Lot Essay
When they moved from Staithes in Yorkshire to west Cornwall, the Knights famously 'plunged into a riot of brilliant sunshine, of opulent colour and of sensuous gaiety'.
For Laura in particular their new surroundings provided the carefree atmosphere she had not enjoyed as a child. It was a liberation: she had, she declared, 'never known the joys of youth before' and at that time '...the very bright of life [sic] beamed on us'. Not long after their arrival at Newlyn they became friendly with Samuel John 'Lamorna' Birch, the landscape painter, and by 1910 were gravitating towards his stamping ground, Lamorna Cove, where the high cliffs and secluded rock pools were an endless source of attraction. Here Laura employed imported London models to pose for Daughters of the Sun, a large canvas destined for the Royal Academy of 1911. It was, according to The Manchester Guardian as 'a killing picture', a paean to light and sensuality that was greatly admired.

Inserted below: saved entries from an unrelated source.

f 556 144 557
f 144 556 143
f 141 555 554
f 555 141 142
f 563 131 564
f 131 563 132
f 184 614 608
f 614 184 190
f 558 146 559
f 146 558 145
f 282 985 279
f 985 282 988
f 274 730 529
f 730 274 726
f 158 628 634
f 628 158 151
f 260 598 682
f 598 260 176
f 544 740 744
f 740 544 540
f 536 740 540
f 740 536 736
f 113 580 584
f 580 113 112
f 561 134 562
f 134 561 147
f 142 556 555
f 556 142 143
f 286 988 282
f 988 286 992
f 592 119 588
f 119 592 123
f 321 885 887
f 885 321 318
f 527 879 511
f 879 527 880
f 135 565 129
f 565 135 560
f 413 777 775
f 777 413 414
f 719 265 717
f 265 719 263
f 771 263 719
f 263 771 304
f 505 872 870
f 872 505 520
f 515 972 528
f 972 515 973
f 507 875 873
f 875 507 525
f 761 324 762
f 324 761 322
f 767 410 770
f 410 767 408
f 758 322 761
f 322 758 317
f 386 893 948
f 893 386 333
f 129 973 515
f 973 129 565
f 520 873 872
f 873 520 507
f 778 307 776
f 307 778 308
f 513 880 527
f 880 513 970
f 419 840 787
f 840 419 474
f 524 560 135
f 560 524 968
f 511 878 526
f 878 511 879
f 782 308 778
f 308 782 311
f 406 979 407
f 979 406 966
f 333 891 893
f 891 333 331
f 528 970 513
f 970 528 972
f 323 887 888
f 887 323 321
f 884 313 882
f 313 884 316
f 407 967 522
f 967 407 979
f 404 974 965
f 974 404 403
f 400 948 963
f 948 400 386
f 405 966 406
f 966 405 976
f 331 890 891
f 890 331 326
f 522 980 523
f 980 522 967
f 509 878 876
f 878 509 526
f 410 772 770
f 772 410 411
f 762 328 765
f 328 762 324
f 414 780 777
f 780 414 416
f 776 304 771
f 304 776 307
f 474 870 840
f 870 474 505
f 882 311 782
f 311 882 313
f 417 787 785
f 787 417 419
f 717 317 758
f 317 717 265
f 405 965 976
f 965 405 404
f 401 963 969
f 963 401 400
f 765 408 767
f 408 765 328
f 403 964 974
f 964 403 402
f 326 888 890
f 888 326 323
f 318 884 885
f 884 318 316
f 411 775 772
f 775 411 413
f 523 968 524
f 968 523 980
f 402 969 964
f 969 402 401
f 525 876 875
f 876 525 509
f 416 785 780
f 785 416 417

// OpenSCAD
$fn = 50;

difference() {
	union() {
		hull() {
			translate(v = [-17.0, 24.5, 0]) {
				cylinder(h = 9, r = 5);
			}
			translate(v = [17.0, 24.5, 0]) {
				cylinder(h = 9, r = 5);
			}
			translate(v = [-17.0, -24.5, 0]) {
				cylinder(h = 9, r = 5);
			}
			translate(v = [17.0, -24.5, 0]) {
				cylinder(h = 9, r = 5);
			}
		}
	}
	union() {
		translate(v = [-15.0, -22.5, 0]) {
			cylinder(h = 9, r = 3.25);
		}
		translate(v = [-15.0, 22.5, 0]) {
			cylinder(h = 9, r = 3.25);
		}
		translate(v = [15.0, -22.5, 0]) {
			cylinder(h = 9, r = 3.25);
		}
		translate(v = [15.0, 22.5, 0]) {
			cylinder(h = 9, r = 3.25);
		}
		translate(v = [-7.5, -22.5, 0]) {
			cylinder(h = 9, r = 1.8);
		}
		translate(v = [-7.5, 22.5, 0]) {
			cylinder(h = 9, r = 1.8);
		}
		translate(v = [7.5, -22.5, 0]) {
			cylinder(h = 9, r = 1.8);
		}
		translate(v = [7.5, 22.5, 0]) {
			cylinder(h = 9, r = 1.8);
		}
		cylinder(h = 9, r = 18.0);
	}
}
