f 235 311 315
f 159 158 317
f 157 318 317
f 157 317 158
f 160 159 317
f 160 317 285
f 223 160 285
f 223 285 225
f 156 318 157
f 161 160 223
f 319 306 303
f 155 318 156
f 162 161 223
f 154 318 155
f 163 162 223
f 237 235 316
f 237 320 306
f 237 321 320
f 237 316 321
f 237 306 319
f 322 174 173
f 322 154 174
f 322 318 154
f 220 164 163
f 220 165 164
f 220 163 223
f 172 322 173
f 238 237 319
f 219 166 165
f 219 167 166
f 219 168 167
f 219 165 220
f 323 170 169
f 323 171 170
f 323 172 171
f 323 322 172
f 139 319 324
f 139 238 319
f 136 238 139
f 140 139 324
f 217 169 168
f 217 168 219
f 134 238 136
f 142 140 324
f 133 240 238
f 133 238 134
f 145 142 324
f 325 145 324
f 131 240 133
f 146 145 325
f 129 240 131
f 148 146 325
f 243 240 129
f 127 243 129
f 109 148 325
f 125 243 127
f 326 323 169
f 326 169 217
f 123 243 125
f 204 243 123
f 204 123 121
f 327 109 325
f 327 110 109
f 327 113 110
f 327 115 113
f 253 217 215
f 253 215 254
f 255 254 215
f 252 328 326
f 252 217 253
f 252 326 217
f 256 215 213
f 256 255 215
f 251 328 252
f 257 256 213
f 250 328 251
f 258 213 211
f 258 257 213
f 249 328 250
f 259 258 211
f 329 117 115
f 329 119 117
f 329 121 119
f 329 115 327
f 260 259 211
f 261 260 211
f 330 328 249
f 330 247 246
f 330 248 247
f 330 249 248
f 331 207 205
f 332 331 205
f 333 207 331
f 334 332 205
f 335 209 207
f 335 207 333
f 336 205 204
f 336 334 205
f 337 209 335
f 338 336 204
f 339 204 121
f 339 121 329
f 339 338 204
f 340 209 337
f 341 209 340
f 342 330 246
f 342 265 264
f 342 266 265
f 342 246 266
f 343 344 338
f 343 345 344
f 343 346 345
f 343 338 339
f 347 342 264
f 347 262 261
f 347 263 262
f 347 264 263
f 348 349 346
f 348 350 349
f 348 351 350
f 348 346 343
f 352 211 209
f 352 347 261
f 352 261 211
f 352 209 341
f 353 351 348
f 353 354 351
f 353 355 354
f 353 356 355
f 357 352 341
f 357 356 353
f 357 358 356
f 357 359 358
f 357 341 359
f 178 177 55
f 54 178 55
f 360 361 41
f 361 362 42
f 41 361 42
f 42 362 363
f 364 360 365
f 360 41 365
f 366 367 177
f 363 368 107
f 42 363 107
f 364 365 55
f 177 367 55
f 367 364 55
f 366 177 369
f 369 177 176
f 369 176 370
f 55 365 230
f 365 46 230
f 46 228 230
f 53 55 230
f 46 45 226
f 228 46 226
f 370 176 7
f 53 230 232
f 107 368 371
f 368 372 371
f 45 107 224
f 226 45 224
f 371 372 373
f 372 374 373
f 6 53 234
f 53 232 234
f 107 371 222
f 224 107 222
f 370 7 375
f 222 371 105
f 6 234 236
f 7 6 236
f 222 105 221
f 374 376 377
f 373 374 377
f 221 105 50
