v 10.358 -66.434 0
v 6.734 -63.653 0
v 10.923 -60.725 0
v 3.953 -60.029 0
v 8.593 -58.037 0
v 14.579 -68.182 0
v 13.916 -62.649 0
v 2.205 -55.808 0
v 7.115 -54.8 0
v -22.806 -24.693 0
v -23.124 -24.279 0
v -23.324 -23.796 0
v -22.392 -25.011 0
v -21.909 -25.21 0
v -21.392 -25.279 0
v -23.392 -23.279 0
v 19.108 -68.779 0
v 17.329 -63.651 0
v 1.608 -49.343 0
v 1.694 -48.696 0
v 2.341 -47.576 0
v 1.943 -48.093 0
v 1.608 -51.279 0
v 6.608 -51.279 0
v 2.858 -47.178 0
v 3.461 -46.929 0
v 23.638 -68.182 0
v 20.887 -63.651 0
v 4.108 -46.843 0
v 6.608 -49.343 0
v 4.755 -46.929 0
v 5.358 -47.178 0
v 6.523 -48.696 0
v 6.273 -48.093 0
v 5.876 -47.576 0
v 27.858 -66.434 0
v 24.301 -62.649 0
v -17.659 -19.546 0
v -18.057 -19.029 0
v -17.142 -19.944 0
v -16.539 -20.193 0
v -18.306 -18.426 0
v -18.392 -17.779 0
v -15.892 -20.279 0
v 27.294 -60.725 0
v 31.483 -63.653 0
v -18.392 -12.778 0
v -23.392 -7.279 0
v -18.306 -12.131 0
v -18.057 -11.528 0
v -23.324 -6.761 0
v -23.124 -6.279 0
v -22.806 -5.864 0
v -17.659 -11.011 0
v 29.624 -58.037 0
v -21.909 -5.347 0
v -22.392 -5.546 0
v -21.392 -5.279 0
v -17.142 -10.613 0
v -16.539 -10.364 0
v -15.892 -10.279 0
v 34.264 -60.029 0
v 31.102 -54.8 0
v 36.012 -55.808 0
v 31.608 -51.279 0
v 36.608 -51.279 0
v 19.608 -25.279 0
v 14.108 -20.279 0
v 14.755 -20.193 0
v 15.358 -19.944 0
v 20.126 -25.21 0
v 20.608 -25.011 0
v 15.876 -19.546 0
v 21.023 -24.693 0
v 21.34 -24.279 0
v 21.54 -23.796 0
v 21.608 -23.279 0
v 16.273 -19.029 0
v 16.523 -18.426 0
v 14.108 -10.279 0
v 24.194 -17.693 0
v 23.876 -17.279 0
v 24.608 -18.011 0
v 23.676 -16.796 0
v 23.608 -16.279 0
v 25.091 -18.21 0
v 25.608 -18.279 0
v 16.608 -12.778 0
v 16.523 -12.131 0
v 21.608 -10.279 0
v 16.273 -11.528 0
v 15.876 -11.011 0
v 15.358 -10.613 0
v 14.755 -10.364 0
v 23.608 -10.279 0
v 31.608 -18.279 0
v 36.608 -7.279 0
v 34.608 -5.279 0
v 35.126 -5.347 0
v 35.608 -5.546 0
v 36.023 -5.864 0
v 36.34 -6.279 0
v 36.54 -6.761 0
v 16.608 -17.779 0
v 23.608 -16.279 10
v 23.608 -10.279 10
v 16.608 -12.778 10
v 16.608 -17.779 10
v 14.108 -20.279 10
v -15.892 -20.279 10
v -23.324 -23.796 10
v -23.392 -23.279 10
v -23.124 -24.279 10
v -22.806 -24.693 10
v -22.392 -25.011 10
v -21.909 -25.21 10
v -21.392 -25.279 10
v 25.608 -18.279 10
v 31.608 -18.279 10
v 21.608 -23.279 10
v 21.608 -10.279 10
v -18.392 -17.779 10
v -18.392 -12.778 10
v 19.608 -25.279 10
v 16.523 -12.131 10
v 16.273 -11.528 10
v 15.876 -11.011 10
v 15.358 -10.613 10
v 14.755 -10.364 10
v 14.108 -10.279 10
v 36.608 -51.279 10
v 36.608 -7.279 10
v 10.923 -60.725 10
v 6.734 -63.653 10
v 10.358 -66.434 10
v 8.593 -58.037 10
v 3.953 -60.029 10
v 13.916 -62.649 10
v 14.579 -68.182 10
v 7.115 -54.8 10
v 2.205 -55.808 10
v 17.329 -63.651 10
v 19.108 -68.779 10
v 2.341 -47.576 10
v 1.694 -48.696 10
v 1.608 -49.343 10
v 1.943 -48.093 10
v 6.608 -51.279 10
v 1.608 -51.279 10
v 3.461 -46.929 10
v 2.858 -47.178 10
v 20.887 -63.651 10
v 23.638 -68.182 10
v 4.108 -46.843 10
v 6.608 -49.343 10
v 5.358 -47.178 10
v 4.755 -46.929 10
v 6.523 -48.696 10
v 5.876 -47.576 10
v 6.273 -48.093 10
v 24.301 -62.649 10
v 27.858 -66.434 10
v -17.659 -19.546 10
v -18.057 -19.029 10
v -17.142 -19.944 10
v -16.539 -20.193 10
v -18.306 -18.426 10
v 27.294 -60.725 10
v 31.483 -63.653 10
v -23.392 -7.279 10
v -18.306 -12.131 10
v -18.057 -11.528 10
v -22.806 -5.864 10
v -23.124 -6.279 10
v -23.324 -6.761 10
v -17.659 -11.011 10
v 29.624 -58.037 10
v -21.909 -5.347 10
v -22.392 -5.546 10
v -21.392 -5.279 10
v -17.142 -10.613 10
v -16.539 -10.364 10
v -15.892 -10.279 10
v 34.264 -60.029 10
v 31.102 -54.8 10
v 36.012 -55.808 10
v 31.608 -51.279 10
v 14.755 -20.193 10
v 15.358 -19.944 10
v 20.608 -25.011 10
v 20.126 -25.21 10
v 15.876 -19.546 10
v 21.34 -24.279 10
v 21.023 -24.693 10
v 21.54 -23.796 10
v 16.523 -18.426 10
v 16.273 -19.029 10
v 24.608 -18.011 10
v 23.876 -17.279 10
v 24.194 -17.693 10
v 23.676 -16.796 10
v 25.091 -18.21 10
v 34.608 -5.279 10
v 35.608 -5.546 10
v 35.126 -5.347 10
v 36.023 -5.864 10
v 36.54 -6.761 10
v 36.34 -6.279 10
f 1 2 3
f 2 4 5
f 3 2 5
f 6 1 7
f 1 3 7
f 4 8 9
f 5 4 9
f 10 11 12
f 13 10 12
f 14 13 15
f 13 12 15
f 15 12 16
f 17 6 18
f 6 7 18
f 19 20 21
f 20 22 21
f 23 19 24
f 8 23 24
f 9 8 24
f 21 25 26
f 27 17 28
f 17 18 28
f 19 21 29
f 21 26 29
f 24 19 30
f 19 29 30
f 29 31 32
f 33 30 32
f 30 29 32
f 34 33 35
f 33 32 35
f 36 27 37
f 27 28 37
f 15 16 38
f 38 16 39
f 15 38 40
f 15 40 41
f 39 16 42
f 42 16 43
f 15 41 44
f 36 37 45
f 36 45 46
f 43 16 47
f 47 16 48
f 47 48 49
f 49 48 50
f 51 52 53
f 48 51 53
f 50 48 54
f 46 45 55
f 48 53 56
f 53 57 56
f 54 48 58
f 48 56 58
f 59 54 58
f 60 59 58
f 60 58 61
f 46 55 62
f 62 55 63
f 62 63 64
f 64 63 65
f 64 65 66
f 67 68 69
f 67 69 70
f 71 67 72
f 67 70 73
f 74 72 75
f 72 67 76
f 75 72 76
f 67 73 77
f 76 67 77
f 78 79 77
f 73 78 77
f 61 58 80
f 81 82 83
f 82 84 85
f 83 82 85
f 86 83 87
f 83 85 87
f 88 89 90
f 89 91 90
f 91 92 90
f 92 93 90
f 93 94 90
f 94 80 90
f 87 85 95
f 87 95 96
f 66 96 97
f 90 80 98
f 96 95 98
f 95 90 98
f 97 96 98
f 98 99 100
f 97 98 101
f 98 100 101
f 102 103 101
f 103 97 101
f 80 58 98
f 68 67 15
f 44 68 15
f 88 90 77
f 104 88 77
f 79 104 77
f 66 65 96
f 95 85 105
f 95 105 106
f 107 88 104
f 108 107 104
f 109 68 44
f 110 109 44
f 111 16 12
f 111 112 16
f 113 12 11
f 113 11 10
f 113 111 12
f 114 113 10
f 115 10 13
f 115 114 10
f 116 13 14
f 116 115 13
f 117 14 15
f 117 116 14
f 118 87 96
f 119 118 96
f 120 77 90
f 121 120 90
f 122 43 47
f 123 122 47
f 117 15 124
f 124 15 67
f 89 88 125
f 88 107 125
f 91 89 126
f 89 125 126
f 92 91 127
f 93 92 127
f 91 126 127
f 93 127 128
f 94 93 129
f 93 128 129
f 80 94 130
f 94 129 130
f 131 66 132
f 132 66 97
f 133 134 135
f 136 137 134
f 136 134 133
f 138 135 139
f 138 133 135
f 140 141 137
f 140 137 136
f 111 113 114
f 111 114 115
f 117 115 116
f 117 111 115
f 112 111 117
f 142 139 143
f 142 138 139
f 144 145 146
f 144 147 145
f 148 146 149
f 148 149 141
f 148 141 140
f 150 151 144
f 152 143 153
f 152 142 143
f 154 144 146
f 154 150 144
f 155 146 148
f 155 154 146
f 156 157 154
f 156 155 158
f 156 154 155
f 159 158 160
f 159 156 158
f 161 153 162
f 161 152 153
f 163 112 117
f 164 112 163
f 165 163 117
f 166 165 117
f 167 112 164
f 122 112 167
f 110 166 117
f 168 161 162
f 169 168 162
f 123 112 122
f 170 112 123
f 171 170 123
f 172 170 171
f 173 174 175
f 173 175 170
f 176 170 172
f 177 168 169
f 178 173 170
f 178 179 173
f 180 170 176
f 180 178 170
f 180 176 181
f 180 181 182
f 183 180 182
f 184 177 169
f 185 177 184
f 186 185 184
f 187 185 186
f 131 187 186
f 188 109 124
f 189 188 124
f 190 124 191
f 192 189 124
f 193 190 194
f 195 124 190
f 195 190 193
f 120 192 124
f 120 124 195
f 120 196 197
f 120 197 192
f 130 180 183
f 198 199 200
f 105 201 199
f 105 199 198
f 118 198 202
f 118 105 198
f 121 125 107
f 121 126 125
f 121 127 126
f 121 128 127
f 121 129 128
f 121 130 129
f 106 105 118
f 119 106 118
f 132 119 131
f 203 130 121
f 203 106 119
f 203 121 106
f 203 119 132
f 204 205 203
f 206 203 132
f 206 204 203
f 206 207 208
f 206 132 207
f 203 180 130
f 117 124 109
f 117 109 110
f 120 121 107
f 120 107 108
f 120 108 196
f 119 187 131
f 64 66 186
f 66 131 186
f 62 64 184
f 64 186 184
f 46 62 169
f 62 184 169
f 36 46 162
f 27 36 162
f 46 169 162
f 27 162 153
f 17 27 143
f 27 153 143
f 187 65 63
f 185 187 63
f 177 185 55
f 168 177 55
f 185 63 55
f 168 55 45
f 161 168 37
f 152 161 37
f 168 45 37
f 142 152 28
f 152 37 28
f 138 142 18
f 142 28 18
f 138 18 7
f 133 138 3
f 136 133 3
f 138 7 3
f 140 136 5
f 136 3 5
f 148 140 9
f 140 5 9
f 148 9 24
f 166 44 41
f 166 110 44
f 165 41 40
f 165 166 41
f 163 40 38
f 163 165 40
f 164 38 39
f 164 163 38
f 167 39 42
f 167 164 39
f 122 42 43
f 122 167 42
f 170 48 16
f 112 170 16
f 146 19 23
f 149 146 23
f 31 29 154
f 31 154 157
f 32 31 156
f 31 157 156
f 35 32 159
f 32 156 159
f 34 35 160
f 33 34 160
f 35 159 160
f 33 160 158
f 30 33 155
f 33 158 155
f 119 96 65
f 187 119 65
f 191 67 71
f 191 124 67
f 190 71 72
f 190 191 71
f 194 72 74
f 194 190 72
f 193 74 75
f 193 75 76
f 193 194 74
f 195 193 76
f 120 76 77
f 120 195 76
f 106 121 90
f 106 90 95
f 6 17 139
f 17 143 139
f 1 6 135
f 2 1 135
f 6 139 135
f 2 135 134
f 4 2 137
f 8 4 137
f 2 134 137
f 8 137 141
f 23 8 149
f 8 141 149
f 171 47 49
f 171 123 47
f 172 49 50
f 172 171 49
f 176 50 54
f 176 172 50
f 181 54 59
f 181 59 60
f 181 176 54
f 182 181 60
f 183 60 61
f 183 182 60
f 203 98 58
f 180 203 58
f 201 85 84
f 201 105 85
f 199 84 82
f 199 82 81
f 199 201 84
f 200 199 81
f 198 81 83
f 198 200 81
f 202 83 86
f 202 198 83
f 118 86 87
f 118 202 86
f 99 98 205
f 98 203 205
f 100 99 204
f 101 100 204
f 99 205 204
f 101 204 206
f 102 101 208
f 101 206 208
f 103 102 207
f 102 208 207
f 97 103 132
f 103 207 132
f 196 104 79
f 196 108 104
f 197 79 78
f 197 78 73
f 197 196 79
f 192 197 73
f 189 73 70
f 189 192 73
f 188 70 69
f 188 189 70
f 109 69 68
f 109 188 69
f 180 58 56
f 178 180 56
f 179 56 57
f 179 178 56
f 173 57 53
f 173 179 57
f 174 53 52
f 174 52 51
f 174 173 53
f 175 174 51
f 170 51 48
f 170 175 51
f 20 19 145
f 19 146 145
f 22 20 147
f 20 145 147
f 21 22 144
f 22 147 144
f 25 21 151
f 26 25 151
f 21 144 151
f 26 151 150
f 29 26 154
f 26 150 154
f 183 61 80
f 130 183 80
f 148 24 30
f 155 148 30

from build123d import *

# Parameters (mm, degrees)
F0_W     = 8
F0_H     = 8
F1_DEPTH = 10
F2_R     = 2
F3_R     = 17.49999
F4_R     = 2.49999


# Not quite as in the source:
# - a fillet or chamfer is up to 0.001 mm smaller than in the source, because OpenCascade refuses the exact size
# - a feature names something its author has since deleted; it is built from what else it names


with BuildPart() as f1:
    # F0 (on Top) → F1 (new body)
    with BuildSketch(Plane.XY):
        Polygon((-18.3916796818, -10.2785023413), (-23.3916796818, -10.2785023413), (-23.3916796818, -25.2785023413), (21.6083203182, -25.2785023413), (21.6083203182, -18.2785023413), (21.6083203182, -10.2785023413), (16.6083203182, -10.2785023413), (16.6083203182, -20.2785023413), (-18.3916796818, -20.2785023413), align=None)
        Polygon((-23.3916796818, -5.2785023413), (-23.3916796818, -10.2785023413), (-18.3916796818, -10.2785023413), (16.6083203182, -10.2785023413), (21.6083203182, -10.2785023413), (23.6083203182, -10.2785023413), (31.6083203182, -10.2785023413), (36.6083203182, -10.2785023413), (36.6083203182, -5.2785023413), align=None)
        with Locations((27.6083203182, -14.2785023413)):
            Rectangle(F0_W, F0_H)
        Polygon((36.6083203182, -36.2785023413), (36.6083203182, -10.2785023413), (31.6083203182, -10.2785023413), (31.6083203182, -18.2785023413), (31.6083203182, -36.2785023413), align=None)
        with BuildLine():
            Line((36.6083203182, -68.7785023413), (36.6083203182, -36.2785023413))
            Line((36.6083203182, -36.2785023413), (31.6083203182, -36.2785023413))
            Line((31.6083203182, -36.2785023413), (31.6083203182, -46.8433834612))
            Line((31.6083203182, -46.8433834612), (31.6083203182, -51.2785023413))
            ThreePointArc((31.6083203182, -51.2785023413), (19.1083203182, -63.7785023413), (6.6083203182, -51.2785023413))
            Line((6.6083203182, -51.2785023413), (6.6083203182, -46.8433834612))
            Line((6.6083203182, -46.8433834612), (1.6083203182, -46.8433834612))
            Line((1.6083203182, -46.8433834612), (1.6083203182, -68.7785023413))
            Line((1.6083203182, -68.7785023413), (36.6083203182, -68.7785023413))
        make_face()
    extrude(amount=F1_DEPTH)

    # F2
    f2_edges = [f1.edges().sort_by_distance(p)[0] for p in [
        (-23.39168, -25.278502, 5),
        (21.60832, -25.278502, 5),
        (23.60832, -18.278502, 5),
        (36.60832, -5.278502, 5),
        (-23.39168, -5.278502, 5),
    ]]
    fillet(f2_edges, radius=F2_R)

    # F3 (radius 17.5 in the source; OpenCascade refuses exactly that, so slightly less here)
    f3_edges = [f1.edges().sort_by_distance(p)[0] for p in [
        (1.60832, -68.778502, 5),
        (36.60832, -68.778502, 5),
    ]]
    fillet(f3_edges, radius=F3_R)

    # F4 (radius 2.5 in the source; OpenCascade refuses exactly that, so slightly less here)
    f4_edges = [f1.edges().sort_by_distance(p)[0] for p in [
        (1.60832, -46.843383, 5),
        (6.60832, -46.843383, 5),
        (-18.39168, -20.278502, 5),
        (-18.39168, -10.278502, 5),
        (16.60832, -10.278502, 5),
        (16.60832, -20.278502, 5),
    ]]
    fillet(f4_edges, radius=F4_R)


solid = f1.part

There was nevertheless a contradiction at its heart. Realism and idealism sat uncomfortably together. In a naturalistic setting the Grecian pose of the central figure seemed out of place, and although the picture toured extensively, it remained unsold, was later damaged and finally dismembered. The success and failure of this project acted as a spur to Knight's long sequence of coastal scenes painted during the early years of the Great War and in its immediate aftermath.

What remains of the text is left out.